▶ Brief
Return exactly those lines of the material below that fall between the line holding "Line((7.7250269, 74), (9.761566637, 89.469055079))" and the line holding "83.406001296), (-8.978202217, 83.518811563))", inclusive.

▶ Information given

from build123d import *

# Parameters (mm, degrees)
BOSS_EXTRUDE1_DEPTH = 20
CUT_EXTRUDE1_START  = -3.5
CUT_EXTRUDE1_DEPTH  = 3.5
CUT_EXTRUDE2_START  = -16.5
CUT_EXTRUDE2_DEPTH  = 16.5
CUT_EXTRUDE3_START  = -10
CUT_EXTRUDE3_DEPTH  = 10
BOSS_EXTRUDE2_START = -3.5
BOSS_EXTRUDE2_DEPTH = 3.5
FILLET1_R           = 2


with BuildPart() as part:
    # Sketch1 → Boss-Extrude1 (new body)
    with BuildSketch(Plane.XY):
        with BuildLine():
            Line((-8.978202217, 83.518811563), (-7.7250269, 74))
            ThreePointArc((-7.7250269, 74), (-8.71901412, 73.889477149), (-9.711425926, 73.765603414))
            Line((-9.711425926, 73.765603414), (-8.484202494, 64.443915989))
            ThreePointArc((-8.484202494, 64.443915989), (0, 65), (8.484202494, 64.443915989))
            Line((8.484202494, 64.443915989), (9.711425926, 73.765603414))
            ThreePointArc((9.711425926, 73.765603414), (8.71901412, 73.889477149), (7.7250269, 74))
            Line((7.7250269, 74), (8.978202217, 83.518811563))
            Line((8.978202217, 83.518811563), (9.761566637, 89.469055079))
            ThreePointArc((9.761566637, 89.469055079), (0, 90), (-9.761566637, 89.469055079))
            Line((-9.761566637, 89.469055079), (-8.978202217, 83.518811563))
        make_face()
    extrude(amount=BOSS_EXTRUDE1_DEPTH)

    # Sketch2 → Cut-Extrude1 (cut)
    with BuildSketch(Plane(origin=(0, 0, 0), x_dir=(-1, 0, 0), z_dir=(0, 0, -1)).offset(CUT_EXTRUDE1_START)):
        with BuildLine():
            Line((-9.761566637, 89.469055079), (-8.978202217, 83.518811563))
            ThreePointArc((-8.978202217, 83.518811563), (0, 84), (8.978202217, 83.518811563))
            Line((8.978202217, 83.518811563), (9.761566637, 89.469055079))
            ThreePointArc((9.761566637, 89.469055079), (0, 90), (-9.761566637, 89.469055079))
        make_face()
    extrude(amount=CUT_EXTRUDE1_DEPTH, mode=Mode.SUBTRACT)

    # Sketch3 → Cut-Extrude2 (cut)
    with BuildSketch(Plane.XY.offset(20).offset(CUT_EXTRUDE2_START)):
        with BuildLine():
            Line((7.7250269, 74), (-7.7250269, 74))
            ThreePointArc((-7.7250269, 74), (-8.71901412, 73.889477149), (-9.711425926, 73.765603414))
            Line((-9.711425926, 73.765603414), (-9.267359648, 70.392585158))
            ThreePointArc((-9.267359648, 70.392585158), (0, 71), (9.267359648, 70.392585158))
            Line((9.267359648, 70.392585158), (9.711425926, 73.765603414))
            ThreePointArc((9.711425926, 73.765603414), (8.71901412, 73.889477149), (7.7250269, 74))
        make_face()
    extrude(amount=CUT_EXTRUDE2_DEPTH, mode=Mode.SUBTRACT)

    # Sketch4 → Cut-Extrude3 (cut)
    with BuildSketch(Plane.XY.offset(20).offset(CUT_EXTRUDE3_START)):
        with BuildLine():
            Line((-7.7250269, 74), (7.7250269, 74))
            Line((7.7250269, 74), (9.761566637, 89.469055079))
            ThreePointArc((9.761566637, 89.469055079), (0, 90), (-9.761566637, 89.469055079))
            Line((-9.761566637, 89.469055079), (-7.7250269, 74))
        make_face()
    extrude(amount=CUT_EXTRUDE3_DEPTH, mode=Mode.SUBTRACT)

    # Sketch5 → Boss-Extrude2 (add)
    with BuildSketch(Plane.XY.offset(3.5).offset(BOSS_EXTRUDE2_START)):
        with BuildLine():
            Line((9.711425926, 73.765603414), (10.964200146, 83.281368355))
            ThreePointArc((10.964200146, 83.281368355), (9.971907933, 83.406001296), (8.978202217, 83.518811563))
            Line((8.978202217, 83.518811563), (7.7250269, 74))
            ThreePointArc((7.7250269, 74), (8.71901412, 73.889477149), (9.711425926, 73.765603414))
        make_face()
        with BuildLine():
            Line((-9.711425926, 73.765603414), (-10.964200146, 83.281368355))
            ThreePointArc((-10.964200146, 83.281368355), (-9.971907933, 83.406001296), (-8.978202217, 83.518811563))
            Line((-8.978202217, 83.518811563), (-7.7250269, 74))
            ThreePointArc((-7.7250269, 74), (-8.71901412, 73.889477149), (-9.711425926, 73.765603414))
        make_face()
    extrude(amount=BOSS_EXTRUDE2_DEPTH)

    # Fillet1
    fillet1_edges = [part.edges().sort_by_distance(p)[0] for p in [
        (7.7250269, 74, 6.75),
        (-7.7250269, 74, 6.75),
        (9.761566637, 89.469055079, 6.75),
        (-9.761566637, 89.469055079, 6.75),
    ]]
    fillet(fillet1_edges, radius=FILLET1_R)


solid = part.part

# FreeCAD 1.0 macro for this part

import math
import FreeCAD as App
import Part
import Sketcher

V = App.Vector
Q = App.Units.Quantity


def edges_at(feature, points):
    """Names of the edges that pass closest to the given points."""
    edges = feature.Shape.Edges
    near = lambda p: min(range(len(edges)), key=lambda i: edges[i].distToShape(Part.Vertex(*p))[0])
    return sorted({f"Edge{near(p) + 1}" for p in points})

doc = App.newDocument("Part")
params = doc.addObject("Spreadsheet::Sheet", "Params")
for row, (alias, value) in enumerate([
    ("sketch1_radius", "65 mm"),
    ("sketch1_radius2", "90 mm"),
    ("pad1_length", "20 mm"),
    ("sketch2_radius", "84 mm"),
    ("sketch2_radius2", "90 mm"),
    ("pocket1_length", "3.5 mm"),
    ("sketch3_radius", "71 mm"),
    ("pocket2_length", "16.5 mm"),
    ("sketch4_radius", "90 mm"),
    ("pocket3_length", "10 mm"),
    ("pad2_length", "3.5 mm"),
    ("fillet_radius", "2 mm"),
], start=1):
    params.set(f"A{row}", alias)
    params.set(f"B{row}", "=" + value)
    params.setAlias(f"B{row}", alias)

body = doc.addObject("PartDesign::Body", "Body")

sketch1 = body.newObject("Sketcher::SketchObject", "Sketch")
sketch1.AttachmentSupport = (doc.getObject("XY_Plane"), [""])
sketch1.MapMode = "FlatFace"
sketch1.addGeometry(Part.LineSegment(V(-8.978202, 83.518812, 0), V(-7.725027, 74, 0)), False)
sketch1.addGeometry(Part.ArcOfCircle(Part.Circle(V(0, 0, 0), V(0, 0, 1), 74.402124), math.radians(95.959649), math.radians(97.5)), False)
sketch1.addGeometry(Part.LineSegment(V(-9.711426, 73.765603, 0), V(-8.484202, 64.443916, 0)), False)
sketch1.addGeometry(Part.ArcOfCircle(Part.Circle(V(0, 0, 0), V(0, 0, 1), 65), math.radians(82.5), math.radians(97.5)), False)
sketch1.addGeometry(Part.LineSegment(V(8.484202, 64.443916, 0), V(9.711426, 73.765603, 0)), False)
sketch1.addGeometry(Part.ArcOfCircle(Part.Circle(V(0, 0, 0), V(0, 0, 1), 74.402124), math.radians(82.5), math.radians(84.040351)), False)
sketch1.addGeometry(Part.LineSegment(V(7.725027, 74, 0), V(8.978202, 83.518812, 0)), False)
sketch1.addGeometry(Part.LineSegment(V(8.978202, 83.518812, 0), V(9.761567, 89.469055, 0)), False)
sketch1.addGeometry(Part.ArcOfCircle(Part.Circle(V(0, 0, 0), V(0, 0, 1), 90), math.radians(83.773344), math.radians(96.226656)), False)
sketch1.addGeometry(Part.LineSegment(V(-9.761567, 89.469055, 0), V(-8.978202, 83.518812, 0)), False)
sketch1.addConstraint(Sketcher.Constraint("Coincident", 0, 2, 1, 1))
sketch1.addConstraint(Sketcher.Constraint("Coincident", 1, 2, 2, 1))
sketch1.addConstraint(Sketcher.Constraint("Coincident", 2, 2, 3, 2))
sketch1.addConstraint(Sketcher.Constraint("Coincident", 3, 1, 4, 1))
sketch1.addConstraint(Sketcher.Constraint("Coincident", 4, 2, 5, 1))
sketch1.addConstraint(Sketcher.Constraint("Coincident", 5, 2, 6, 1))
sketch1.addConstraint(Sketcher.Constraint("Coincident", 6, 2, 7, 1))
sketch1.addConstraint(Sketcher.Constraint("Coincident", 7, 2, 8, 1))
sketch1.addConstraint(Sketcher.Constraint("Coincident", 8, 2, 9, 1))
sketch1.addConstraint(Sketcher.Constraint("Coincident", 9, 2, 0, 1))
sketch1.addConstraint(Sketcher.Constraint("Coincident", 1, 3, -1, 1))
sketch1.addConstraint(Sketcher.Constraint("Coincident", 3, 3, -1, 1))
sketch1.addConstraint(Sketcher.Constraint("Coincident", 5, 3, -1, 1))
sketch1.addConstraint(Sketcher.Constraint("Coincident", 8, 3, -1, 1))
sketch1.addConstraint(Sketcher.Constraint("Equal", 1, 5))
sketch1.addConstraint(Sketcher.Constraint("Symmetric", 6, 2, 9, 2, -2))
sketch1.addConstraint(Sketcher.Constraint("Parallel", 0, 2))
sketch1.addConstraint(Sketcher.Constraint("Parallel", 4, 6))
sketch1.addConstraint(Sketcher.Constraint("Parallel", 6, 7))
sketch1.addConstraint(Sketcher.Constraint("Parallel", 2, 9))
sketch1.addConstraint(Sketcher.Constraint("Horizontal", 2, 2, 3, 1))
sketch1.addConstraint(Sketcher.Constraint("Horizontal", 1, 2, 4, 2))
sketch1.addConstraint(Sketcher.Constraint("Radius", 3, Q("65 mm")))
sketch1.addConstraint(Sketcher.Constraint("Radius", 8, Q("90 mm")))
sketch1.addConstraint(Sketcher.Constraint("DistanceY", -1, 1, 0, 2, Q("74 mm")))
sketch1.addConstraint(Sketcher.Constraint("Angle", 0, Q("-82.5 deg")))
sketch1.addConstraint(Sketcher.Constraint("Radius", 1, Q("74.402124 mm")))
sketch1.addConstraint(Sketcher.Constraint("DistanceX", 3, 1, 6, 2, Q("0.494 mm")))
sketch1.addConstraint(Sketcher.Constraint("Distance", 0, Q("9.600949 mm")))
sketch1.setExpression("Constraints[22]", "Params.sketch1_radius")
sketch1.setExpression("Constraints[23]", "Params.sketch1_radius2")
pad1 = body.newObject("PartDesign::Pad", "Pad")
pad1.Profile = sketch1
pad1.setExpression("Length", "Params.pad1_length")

* * *

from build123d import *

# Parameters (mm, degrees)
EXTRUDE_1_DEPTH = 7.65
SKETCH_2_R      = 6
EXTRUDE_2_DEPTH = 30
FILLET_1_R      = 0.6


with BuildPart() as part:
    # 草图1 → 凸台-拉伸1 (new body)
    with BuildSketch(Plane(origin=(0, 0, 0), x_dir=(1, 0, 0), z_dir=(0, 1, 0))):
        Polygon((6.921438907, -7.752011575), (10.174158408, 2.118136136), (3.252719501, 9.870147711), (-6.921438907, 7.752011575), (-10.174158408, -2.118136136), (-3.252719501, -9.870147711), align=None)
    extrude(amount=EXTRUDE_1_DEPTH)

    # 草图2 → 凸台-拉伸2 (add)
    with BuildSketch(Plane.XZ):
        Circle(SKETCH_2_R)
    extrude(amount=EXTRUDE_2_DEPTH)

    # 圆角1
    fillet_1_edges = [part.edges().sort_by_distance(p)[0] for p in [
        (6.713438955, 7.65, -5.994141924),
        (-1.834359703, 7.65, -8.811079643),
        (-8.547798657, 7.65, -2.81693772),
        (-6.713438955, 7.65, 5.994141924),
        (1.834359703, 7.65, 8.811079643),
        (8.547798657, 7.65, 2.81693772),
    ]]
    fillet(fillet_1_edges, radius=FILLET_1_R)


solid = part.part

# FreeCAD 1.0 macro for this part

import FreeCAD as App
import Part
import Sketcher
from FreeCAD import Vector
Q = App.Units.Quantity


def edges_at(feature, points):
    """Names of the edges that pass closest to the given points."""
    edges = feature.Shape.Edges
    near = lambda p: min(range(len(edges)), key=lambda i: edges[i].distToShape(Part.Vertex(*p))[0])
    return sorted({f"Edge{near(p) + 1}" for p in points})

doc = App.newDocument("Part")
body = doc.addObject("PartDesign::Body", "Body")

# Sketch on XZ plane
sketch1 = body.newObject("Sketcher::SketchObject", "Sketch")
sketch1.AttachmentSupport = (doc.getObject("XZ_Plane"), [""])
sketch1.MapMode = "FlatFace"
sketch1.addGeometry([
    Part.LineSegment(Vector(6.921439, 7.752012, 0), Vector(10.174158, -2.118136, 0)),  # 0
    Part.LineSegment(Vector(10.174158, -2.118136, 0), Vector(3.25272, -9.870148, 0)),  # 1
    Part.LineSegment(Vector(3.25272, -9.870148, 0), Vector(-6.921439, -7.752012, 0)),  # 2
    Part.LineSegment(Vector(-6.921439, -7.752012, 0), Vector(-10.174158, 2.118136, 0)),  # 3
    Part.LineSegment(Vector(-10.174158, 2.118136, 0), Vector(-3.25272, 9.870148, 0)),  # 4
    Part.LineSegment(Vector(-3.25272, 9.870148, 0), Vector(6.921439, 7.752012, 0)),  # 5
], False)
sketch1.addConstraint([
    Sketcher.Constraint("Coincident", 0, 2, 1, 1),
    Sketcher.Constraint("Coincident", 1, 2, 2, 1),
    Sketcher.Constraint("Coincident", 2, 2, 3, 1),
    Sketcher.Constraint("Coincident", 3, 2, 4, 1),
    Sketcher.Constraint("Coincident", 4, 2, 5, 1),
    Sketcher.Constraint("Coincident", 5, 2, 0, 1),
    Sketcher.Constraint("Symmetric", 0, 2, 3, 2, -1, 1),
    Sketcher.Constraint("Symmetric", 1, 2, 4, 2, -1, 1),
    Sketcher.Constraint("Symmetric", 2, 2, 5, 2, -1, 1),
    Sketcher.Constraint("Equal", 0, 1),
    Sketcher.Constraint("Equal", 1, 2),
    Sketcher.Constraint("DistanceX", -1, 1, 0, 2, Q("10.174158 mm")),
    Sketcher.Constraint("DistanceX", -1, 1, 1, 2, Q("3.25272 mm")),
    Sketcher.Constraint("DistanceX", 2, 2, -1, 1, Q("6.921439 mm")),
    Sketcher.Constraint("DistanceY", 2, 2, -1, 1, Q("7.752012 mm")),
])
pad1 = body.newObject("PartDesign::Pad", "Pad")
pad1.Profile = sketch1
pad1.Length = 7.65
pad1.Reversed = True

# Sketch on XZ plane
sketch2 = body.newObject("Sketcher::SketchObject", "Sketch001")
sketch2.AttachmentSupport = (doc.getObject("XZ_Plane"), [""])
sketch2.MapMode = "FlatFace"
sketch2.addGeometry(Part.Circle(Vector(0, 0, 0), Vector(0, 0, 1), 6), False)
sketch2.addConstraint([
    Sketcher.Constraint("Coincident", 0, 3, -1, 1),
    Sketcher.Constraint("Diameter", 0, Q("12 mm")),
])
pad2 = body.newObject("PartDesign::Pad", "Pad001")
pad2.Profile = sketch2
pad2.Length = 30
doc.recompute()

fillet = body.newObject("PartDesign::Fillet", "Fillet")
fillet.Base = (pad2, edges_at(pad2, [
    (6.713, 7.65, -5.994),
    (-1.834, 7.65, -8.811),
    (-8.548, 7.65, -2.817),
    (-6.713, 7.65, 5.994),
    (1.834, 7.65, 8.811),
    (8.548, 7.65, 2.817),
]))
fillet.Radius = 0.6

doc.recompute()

▶ The answer
            Line((7.7250269, 74), (9.761566637, 89.469055079))
            ThreePointArc((9.761566637, 89.469055079), (0, 90), (-9.761566637, 89.469055079))
            Line((-9.761566637, 89.469055079), (-7.7250269, 74))
        make_face()
    extrude(amount=CUT_EXTRUDE3_DEPTH, mode=Mode.SUBTRACT)

    # Sketch5 → Boss-Extrude2 (add)
    with BuildSketch(Plane.XY.offset(3.5).offset(BOSS_EXTRUDE2_START)):
        with BuildLine():
            Line((9.711425926, 73.765603414), (10.964200146, 83.281368355))
            ThreePointArc((10.964200146, 83.281368355), (9.971907933, 83.406001296), (8.978202217, 83.518811563))
            Line((8.978202217, 83.518811563), (7.7250269, 74))
            ThreePointArc((7.7250269, 74), (8.71901412, 73.889477149), (9.711425926, 73.765603414))
        make_face()
        with BuildLine():
            Line((-9.711425926, 73.765603414), (-10.964200146, 83.281368355))
            ThreePointArc((-10.964200146, 83.281368355), (-9.971907933, 83.406001296), (-8.978202217, 83.518811563))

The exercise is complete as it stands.